::: DATA TO EXAMINE :::

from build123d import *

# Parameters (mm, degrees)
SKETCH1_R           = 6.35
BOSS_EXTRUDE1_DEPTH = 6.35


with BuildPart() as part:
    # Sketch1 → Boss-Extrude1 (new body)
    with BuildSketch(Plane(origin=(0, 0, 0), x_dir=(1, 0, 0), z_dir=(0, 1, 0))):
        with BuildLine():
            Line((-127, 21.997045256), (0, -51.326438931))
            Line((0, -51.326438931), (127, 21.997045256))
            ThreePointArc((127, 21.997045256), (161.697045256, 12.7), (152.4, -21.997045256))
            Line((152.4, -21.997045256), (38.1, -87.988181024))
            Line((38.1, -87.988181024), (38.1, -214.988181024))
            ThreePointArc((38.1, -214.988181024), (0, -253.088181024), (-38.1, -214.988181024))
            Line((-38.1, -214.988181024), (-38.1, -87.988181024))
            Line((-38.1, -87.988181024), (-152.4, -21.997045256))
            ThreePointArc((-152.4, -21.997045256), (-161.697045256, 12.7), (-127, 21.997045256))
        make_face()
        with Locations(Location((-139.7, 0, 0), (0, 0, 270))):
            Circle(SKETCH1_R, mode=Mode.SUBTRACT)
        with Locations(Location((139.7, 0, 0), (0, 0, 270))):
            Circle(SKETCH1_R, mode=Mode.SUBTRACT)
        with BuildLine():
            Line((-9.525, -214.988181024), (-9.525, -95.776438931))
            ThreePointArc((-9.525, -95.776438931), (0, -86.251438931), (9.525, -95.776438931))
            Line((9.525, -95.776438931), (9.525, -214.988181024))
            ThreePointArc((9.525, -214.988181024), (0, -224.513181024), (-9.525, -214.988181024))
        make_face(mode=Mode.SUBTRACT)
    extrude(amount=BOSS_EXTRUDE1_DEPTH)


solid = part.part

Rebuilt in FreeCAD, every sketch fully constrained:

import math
import FreeCAD as App
import Part
import Sketcher
from FreeCAD import Vector
Q = App.Units.Quantity

doc = App.newDocument("Part")
body = doc.addObject("PartDesign::Body", "Body")

# Sketch on XZ plane
sketch1 = body.newObject("Sketcher::SketchObject", "Sketch")
sketch1.AttachmentSupport = (doc.getObject("XZ_Plane"), [""])
sketch1.MapMode = "FlatFace"
sketch1.addGeometry([
    Part.LineSegment(Vector(0, 51, 0), Vector(-127, -22, 0)),  # 0
    Part.ArcOfCircle(Part.Circle(Vector(-140, 0, 0), Vector(0, 0, 1), 25), math.radians(120), math.radians(300)),  # 1
    Part.LineSegment(Vector(-152, 22, 0), Vector(-38, 88, 0)),  # 2
    Part.LineSegment(Vector(-38, 88, 0), Vector(-38, 215, 0)),  # 3
    Part.ArcOfCircle(Part.Circle(Vector(0, 215, 0), Vector(0, 0, 1), 38), math.radians(0), math.radians(180)),  # 4
    Part.LineSegment(Vector(38, 215, 0), Vector(38, 88, 0)),  # 5
    Part.LineSegment(Vector(38, 88, 0), Vector(152, 22, 0)),  # 6
    Part.ArcOfCircle(Part.Circle(Vector(140, 0, 0), Vector(0, 0, 1), 25), math.radians(-120), math.radians(60)),  # 7
    Part.LineSegment(Vector(127, -22, 0), Vector(0, 51, 0)),  # 8
    Part.LineSegment(Vector(-10, 215, 0), Vector(-10, 96, 0)),  # 9
    Part.ArcOfCircle(Part.Circle(Vector(0, 96, 0), Vector(0, 0, 1), 10), math.radians(180), math.radians(360)),  # 10
    Part.LineSegment(Vector(10, 96, 0), Vector(10, 215, 0)),  # 11
    Part.ArcOfCircle(Part.Circle(Vector(0, 215, 0), Vector(0, 0, 1), 10), math.radians(0), math.radians(180)),  # 12
    Part.Circle(Vector(140, 0, 0), Vector(0, 0, 1), 6),  # 13
    Part.Circle(Vector(-140, 0, 0), Vector(0, 0, 1), 6),  # 14
], False)
sketch1.addConstraint([
    Sketcher.Constraint("Tangent", 0, 2, 1, 2),
    Sketcher.Constraint("Tangent", 1, 1, 2, 1),
    Sketcher.Constraint("Coincident", 2, 2, 3, 1),
    Sketcher.Constraint("Tangent", 3, 2, 4, 2),
    Sketcher.Constraint("Tangent", 4, 1, 5, 1),
    Sketcher.Constraint("Coincident", 5, 2, 6, 1),
    Sketcher.Constraint("Tangent", 6, 2, 7, 2),
    Sketcher.Constraint("Tangent", 7, 1, 8, 1),
    Sketcher.Constraint("Coincident", 8, 2, 0, 1),
    Sketcher.Constraint("Tangent", 9, 2, 10, 1),
    Sketcher.Constraint("Tangent", 10, 2, 11, 1),
    Sketcher.Constraint("Tangent", 11, 2, 12, 1),
    Sketcher.Constraint("Tangent", 12, 2, 9, 1),
    Sketcher.Constraint("Vertical", 3),
    Sketcher.Constraint("Vertical", 5),
    Sketcher.Constraint("Vertical", 9),
    Sketcher.Constraint("Vertical", 11),
    Sketcher.Constraint("Coincident", 12, 3, 4, 3),
    Sketcher.Constraint("Coincident", 13, 3, 7, 3),
    Sketcher.Constraint("Coincident", 14, 3, 1, 3),
    Sketcher.Constraint("Equal", 1, 7),
    Sketcher.Constraint("Equal", 13, 14),
    Sketcher.Constraint("Symmetric", 1, 3, 7, 3, -1, 1),
    Sketcher.Constraint("Symmetric", 2, 2, 5, 2, -2),
    Sketcher.Constraint("Symmetric", 0, 2, 7, 1, -2),
    Sketcher.Constraint("Parallel", 0, 2),
    Sketcher.Constraint("Radius", 1, Q("1 in")),
    Sketcher.Constraint("Diameter", 13, Q("0.5 in")),
    Sketcher.Constraint("Radius", 4, Q("1.5 in")),
    Sketcher.Constraint("DistanceY", 3, 1, 3, 2, Q("5 in")),
    Sketcher.Constraint("DistanceX", 0, 2, -1, 1, Q("5 in")),
    Sketcher.Constraint("DistanceX", 1, 1, -1, 1, Q("6 in")),
    Sketcher.Constraint("Radius", 10, Q("0.375 in")),
    Sketcher.Constraint("DistanceY", 8, 2, 10, 3, Q("1.75 in")),
])
pad1 = body.newObject("PartDesign::Pad", "Pad")
pad1.Profile = sketch1
pad1.Length = Q("0.25 in")
pad1.Reversed = True

doc.recompute()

:::

:: WORK TO BE COMPLETED ::
Please give again the lines above between the line holding "make_face()" and the line holding "Rebuilt in FreeCAD, every", inclusive, exactly as they are and with nothing added.

:: EXERCISE OUTPUT ::
        make_face()
        with Locations(Location((-139.7, 0, 0), (0, 0, 270))):
            Circle(SKETCH1_R, mode=Mode.SUBTRACT)
        with Locations(Location((139.7, 0, 0), (0, 0, 270))):
            Circle(SKETCH1_R, mode=Mode.SUBTRACT)
        with BuildLine():
            Line((-9.525, -214.988181024), (-9.525, -95.776438931))
            ThreePointArc((-9.525, -95.776438931), (0, -86.251438931), (9.525, -95.776438931))
            Line((9.525, -95.776438931), (9.525, -214.988181024))
            ThreePointArc((9.525, -214.988181024), (0, -224.513181024), (-9.525, -214.988181024))
        make_face(mode=Mode.SUBTRACT)
    extrude(amount=BOSS_EXTRUDE1_DEPTH)


solid = part.part

Rebuilt in FreeCAD, every sketch fully constrained:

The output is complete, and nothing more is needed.